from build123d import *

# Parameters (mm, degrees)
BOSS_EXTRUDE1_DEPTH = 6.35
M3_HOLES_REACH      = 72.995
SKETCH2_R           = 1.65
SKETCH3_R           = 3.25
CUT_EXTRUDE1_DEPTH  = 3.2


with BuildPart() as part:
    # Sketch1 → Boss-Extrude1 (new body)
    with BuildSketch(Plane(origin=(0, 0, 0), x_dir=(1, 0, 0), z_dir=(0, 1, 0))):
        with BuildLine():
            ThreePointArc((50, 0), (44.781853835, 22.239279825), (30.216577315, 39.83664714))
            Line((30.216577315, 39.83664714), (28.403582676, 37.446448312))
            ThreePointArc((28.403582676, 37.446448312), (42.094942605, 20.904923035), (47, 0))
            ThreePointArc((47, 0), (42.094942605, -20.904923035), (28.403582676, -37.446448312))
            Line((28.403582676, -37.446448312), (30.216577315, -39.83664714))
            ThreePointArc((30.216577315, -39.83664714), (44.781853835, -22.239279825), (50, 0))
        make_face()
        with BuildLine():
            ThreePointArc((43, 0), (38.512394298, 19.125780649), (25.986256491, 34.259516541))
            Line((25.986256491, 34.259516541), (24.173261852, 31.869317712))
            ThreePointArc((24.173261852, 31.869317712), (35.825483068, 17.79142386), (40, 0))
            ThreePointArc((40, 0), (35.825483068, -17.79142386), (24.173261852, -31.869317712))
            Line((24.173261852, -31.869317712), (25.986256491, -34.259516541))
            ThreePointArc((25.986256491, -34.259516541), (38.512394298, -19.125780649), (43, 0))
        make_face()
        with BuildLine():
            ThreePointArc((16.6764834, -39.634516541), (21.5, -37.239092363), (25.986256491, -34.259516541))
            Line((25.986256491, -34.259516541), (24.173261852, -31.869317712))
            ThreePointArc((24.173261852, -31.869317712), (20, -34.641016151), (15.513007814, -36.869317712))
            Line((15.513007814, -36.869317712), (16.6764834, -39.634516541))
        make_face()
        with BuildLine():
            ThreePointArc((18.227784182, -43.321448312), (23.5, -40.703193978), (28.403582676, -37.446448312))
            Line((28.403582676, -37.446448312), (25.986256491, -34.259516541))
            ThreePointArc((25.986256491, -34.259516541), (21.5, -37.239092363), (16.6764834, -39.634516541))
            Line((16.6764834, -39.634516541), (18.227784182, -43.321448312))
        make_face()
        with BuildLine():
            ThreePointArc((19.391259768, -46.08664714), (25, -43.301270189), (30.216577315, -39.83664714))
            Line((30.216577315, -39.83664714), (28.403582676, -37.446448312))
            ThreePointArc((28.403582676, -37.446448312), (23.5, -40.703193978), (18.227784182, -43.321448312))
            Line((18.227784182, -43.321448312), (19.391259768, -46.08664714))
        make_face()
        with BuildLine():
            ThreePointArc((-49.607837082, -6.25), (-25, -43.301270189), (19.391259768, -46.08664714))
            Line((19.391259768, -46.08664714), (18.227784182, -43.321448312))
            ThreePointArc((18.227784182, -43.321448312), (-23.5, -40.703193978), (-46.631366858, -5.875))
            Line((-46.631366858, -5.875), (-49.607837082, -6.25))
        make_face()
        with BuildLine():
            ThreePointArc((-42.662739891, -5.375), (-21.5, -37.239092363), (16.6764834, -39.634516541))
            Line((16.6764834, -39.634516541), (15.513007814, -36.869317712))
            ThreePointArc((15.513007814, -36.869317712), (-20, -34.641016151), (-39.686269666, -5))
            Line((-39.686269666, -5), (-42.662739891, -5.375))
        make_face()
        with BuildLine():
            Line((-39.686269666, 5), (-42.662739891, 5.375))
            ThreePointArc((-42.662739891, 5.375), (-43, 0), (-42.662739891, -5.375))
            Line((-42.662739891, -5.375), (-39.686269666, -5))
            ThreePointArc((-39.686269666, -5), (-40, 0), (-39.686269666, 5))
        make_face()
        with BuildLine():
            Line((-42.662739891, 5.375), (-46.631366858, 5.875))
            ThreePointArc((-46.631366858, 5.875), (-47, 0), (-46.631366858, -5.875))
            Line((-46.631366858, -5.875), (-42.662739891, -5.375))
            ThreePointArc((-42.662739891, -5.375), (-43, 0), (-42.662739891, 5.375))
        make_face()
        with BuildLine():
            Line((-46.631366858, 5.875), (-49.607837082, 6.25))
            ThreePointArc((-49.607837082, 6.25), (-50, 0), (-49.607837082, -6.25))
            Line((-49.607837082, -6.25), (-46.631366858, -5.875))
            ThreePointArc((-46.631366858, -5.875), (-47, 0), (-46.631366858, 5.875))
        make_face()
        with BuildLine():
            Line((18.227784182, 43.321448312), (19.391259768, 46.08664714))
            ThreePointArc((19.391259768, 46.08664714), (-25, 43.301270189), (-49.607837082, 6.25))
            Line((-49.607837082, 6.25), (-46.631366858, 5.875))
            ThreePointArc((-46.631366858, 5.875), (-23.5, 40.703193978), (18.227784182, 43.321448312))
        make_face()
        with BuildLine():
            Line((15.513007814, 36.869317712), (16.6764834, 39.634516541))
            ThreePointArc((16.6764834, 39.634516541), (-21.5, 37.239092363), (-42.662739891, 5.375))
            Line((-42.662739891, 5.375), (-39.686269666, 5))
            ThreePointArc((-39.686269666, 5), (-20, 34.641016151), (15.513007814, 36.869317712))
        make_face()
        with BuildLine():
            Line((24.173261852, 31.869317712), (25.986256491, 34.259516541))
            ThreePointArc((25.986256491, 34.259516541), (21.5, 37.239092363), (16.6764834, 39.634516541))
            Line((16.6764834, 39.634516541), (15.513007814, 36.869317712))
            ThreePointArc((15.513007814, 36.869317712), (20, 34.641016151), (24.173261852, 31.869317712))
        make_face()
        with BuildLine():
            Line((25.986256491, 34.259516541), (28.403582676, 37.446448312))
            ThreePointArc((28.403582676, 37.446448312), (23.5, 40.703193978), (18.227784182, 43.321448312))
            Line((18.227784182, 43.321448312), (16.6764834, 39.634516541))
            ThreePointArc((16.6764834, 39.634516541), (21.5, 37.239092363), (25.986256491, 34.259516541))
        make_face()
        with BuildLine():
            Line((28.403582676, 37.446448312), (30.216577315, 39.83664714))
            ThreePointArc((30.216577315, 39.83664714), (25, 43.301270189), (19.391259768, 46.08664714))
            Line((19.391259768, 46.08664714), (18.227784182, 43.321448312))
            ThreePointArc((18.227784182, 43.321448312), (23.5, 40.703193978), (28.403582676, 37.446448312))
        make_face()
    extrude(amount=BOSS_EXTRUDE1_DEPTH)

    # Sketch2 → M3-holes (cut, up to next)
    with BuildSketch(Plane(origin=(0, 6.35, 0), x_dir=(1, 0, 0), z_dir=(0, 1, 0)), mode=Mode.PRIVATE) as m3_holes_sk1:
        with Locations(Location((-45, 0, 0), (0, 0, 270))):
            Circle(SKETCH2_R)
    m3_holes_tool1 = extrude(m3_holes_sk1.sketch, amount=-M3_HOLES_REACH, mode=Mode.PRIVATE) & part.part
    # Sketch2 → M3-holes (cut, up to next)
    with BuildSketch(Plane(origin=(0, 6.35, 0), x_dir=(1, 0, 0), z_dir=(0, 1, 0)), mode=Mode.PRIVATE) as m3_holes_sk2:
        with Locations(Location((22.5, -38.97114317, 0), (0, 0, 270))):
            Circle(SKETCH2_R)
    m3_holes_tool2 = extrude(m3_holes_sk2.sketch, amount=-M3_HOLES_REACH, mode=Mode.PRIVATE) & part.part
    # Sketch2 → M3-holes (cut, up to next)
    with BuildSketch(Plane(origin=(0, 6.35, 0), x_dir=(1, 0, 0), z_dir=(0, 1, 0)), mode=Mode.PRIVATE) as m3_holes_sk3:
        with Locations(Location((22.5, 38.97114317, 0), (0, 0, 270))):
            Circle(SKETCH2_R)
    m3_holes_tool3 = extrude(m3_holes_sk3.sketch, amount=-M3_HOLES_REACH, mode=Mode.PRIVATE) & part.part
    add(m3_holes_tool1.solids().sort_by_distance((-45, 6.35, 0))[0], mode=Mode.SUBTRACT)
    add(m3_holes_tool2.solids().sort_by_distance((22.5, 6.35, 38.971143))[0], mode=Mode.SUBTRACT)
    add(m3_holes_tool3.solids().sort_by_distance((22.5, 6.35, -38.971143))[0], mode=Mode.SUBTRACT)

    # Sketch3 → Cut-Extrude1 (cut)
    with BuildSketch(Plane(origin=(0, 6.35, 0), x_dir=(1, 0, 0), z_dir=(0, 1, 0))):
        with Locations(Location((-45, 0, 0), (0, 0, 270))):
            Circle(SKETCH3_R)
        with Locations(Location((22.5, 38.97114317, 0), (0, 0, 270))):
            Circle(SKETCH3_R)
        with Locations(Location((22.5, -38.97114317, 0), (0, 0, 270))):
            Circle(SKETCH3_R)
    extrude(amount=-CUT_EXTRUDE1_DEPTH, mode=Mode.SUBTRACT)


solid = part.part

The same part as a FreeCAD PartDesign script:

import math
import FreeCAD as App
import Part
import Sketcher
Q = App.Units.Quantity

doc = App.newDocument("Part")
body = doc.addObject("PartDesign::Body", "Body")

sketch1 = body.newObject("Sketcher::SketchObject", "Sketch")
sketch1.AttachmentSupport = (doc.getObject("XZ_Plane"), [""])
sketch1.MapMode = "FlatFace"
sketch1.addGeometry([
    Part.ArcOfCircle(Part.Circle(App.Vector(0, 0, 0), App.Vector(0, 0, 1), 50), math.radians(-67), math.radians(0)),
    Part.ArcOfCircle(Part.Circle(App.Vector(0, 0, 0), App.Vector(0, 0, 1), 50), math.radians(-173), math.radians(-67)),
    Part.ArcOfCircle(Part.Circle(App.Vector(0, 0, 0), App.Vector(0, 0, 1), 50), math.radians(172.82), math.radians(187.18)),
    Part.ArcOfCircle(Part.Circle(App.Vector(0, 0, 0), App.Vector(0, 0, 1), 50), math.radians(67), math.radians(173)),
    Part.ArcOfCircle(Part.Circle(App.Vector(0, 0, 0), App.Vector(0, 0, 1), 50), math.radians(0), math.radians(67)),
    Part.ArcOfCircle(Part.Circle(App.Vector(0, 0, 0), App.Vector(0, 0, 1), 47), math.radians(67), math.radians(173)),
    Part.LineSegment(App.Vector(-46.6, 5.9, 0), App.Vector(-42.7, 5.4, 0)),
    Part.ArcOfCircle(Part.Circle(App.Vector(0, 0, 0), App.Vector(0, 0, 1), 43), math.radians(67), math.radians(173)),
    Part.LineSegment(App.Vector(16.7, 39.6, 0), App.Vector(18.2, 43.3, 0)),
    Part.ArcOfCircle(Part.Circle(App.Vector(0, 0, 0), App.Vector(0, 0, 1), 40), math.radians(-53), math.radians(0)),
    Part.ArcOfCircle(Part.Circle(App.Vector(0, 0, 0), App.Vector(0, 0, 1), 40), math.radians(0), math.radians(53)),
    Part.ArcOfCircle(Part.Circle(App.Vector(0, 0, 0), App.Vector(0, 0, 1), 40), math.radians(52.82), math.radians(67.18)),
    Part.ArcOfCircle(Part.Circle(App.Vector(0, 0, 0), App.Vector(0, 0, 1), 40), math.radians(67), math.radians(173)),
    Part.ArcOfCircle(Part.Circle(App.Vector(0, 0, 0), App.Vector(0, 0, 1), 40), math.radians(172.82), math.radians(187.18)),
    Part.ArcOfCircle(Part.Circle(App.Vector(0, 0, 0), App.Vector(0, 0, 1), 40), math.radians(-173), math.radians(-67)),
    Part.ArcOfCircle(Part.Circle(App.Vector(0, 0, 0), App.Vector(0, 0, 1), 40), math.radians(-67.18), math.radians(-52.82)),
    Part.ArcOfCircle(Part.Circle(App.Vector(0, 0, 0), App.Vector(0, 0, 1), 47), math.radians(-173), math.radians(-67)),
    Part.LineSegment(App.Vector(18.2, -43.3, 0), App.Vector(16.7, -39.6, 0)),
    Part.ArcOfCircle(Part.Circle(App.Vector(0, 0, 0), App.Vector(0, 0, 1), 43), math.radians(-173), math.radians(-67)),
    Part.LineSegment(App.Vector(-42.7, -5.4, 0), App.Vector(-46.6, -5.9, 0)),
    Part.LineSegment(App.Vector(26, -34.3, 0), App.Vector(28.4, -37.4, 0)),
    Part.ArcOfCircle(Part.Circle(App.Vector(0, 0, 0), App.Vector(0, 0, 1), 47), math.radians(-53), math.radians(0)),
    Part.ArcOfCircle(Part.Circle(App.Vector(0, 0, 0), App.Vector(0, 0, 1), 47), math.radians(0), math.radians(53)),
    Part.LineSegment(App.Vector(28.4, 37.4, 0), App.Vector(26, 34.3, 0)),
    Part.ArcOfCircle(Part.Circle(App.Vector(0, 0, 0), App.Vector(0, 0, 1), 43), math.radians(0), math.radians(53)),
    Part.ArcOfCircle(Part.Circle(App.Vector(0, 0, 0), App.Vector(0, 0, 1), 43), math.radians(-53), math.radians(0)),
], False)
sketch1.addConstraint([
    Sketcher.Constraint("Tangent", 0, 1, 1, 2),
    Sketcher.Constraint("Tangent", 1, 1, 2, 2),
    Sketcher.Constraint("Tangent", 2, 1, 3, 2),
    Sketcher.Constraint("Tangent", 3, 1, 4, 2),
    Sketcher.Constraint("Tangent", 4, 1, 0, 2),
    Sketcher.Constraint("Coincident", 5, 2, 6, 1),
    Sketcher.Constraint("Coincident", 6, 2, 7, 2),
    Sketcher.Constraint("Coincident", 7, 1, 8, 1),
    Sketcher.Constraint("Coincident", 8, 2, 5, 1),
    Sketcher.Constraint("Tangent", 9, 2, 10, 1),
    Sketcher.Constraint("Tangent", 10, 2, 11, 1),
    Sketcher.Constraint("Tangent", 11, 2, 12, 1),
    Sketcher.Constraint("Tangent", 12, 2, 13, 1),
    Sketcher.Constraint("Tangent", 13, 2, 14, 1),
    Sketcher.Constraint("Tangent", 14, 2, 15, 1),
    Sketcher.Constraint("Tangent", 15, 2, 9, 1),
    Sketcher.Constraint("Coincident", 16, 2, 17, 1),
    Sketcher.Constraint("Coincident", 17, 2, 18, 2),
    Sketcher.Constraint("Coincident", 18, 1, 19, 1),
    Sketcher.Constraint("Coincident", 19, 2, 16, 1),
    Sketcher.Constraint("Coincident", 20, 2, 21, 1),
    Sketcher.Constraint("Tangent", 21, 2, 22, 1),
    Sketcher.Constraint("Coincident", 22, 2, 23, 1),
    Sketcher.Constraint("Coincident", 23, 2, 24, 2),
    Sketcher.Constraint("Tangent", 24, 1, 25, 2),
    Sketcher.Constraint("Coincident", 25, 1, 20, 1),
    Sketcher.Constraint("Coincident", 0, 3, -1, 1),
    Sketcher.Constraint("Coincident", 2, 3, -1, 1),
    Sketcher.Constraint("Coincident", 5, 3, -1, 1),
    Sketcher.Constraint("Coincident", 7, 3, -1, 1),
    Sketcher.Constraint("Coincident", 9, 3, -1, 1),
    Sketcher.Constraint("Coincident", 11, 3, -1, 1),
    Sketcher.Constraint("Coincident", 13, 3, -1, 1),
    Sketcher.Constraint("Coincident", 16, 3, -1, 1),
    Sketcher.Constraint("Coincident", 18, 3, -1, 1),
    Sketcher.Constraint("Coincident", 21, 3, -1, 1),
    Sketcher.Constraint("Coincident", 24, 3, -1, 1),
    Sketcher.Constraint("Equal", 5, 16),
    Sketcher.Constraint("Equal", 7, 18),
    Sketcher.Constraint("Equal", 16, 21),
    Sketcher.Constraint("Equal", 21, 22),
    Sketcher.Constraint("Equal", 18, 24),
    Sketcher.Constraint("Equal", 24, 25),
    Sketcher.Constraint("PointOnObject", 4, 1, -1),
    Sketcher.Constraint("PointOnObject", 9, 2, -1),
    Sketcher.Constraint("PointOnObject", 21, 2, -1),
    Sketcher.Constraint("PointOnObject", 24, 1, -1),
    Sketcher.Constraint("Vertical", 1, 1, 2, 1),
    Sketcher.Constraint("Vertical", 0, 1, 3, 1),
    Sketcher.Constraint("Vertical", 12, 2, 13, 2),
    Sketcher.Constraint("Vertical", 11, 2, 14, 2),
    Sketcher.Constraint("Vertical", 10, 2, 15, 2),
    Sketcher.Constraint("Vertical", 8, 2, 16, 2),
    Sketcher.Constraint("Vertical", 7, 1, 17, 2),
    Sketcher.Constraint("Vertical", 6, 2, 18, 1),
    Sketcher.Constraint("Vertical", 5, 2, 19, 2),
    Sketcher.Constraint("Vertical", 20, 2, 22, 2),
    Sketcher.Constraint("Vertical", 23, 2, 25, 1),
    Sketcher.Constraint("Radius", 0, Q("50 mm")),
    Sketcher.Constraint("Radius", 5, Q("47 mm")),
    Sketcher.Constraint("Radius", 7, Q("43 mm")),
    Sketcher.Constraint("Radius", 9, Q("40 mm")),
    Sketcher.Constraint("DistanceY", -1, 1, 12, 2, Q("5 mm")),
    Sketcher.Constraint("DistanceY", 10, 2, 11, 2, Q("5 mm")),
    Sketcher.Constraint("DistanceY", 1, 1, 2, 1, Q("12.5 mm")),
    Sketcher.Constraint("DistanceY", 6, 2, 5, 2, Q("0.5 mm")),
    Sketcher.Constraint("DistanceY", 18, 1, 6, 2, Q("10.75 mm")),
    Sketcher.Constraint("DistanceY", 16, 2, 20, 2, Q("5.875 mm")),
+ + + + +
**REQUIRED ACTION**
Nothing should be returned except the lines from the first line of the data above through the line with "(21.5, -37.239092363), (16.6764834, -39.634516541))", each one exact.

**PROBLEM SOLUTION**
from build123d import *

# Parameters (mm, degrees)
BOSS_EXTRUDE1_DEPTH = 6.35
M3_HOLES_REACH      = 72.995
SKETCH2_R           = 1.65
SKETCH3_R           = 3.25
CUT_EXTRUDE1_DEPTH  = 3.2


with BuildPart() as part:
    # Sketch1 → Boss-Extrude1 (new body)
    with BuildSketch(Plane(origin=(0, 0, 0), x_dir=(1, 0, 0), z_dir=(0, 1, 0))):
        with BuildLine():
            ThreePointArc((50, 0), (44.781853835, 22.239279825), (30.216577315, 39.83664714))
            Line((30.216577315, 39.83664714), (28.403582676, 37.446448312))
            ThreePointArc((28.403582676, 37.446448312), (42.094942605, 20.904923035), (47, 0))
            ThreePointArc((47, 0), (42.094942605, -20.904923035), (28.403582676, -37.446448312))
            Line((28.403582676, -37.446448312), (30.216577315, -39.83664714))
            ThreePointArc((30.216577315, -39.83664714), (44.781853835, -22.239279825), (50, 0))
        make_face()
        with BuildLine():
            ThreePointArc((43, 0), (38.512394298, 19.125780649), (25.986256491, 34.259516541))
            Line((25.986256491, 34.259516541), (24.173261852, 31.869317712))
            ThreePointArc((24.173261852, 31.869317712), (35.825483068, 17.79142386), (40, 0))
            ThreePointArc((40, 0), (35.825483068, -17.79142386), (24.173261852, -31.869317712))
            Line((24.173261852, -31.869317712), (25.986256491, -34.259516541))
            ThreePointArc((25.986256491, -34.259516541), (38.512394298, -19.125780649), (43, 0))
        make_face()
        with BuildLine():
            ThreePointArc((16.6764834, -39.634516541), (21.5, -37.239092363), (25.986256491, -34.259516541))
            Line((25.986256491, -34.259516541), (24.173261852, -31.869317712))
            ThreePointArc((24.173261852, -31.869317712), (20, -34.641016151), (15.513007814, -36.869317712))
            Line((15.513007814, -36.869317712), (16.6764834, -39.634516541))
        make_face()
        with BuildLine():
            ThreePointArc((18.227784182, -43.321448312), (23.5, -40.703193978), (28.403582676, -37.446448312))
            Line((28.403582676, -37.446448312), (25.986256491, -34.259516541))
            ThreePointArc((25.986256491, -34.259516541), (21.5, -37.239092363), (16.6764834, -39.634516541))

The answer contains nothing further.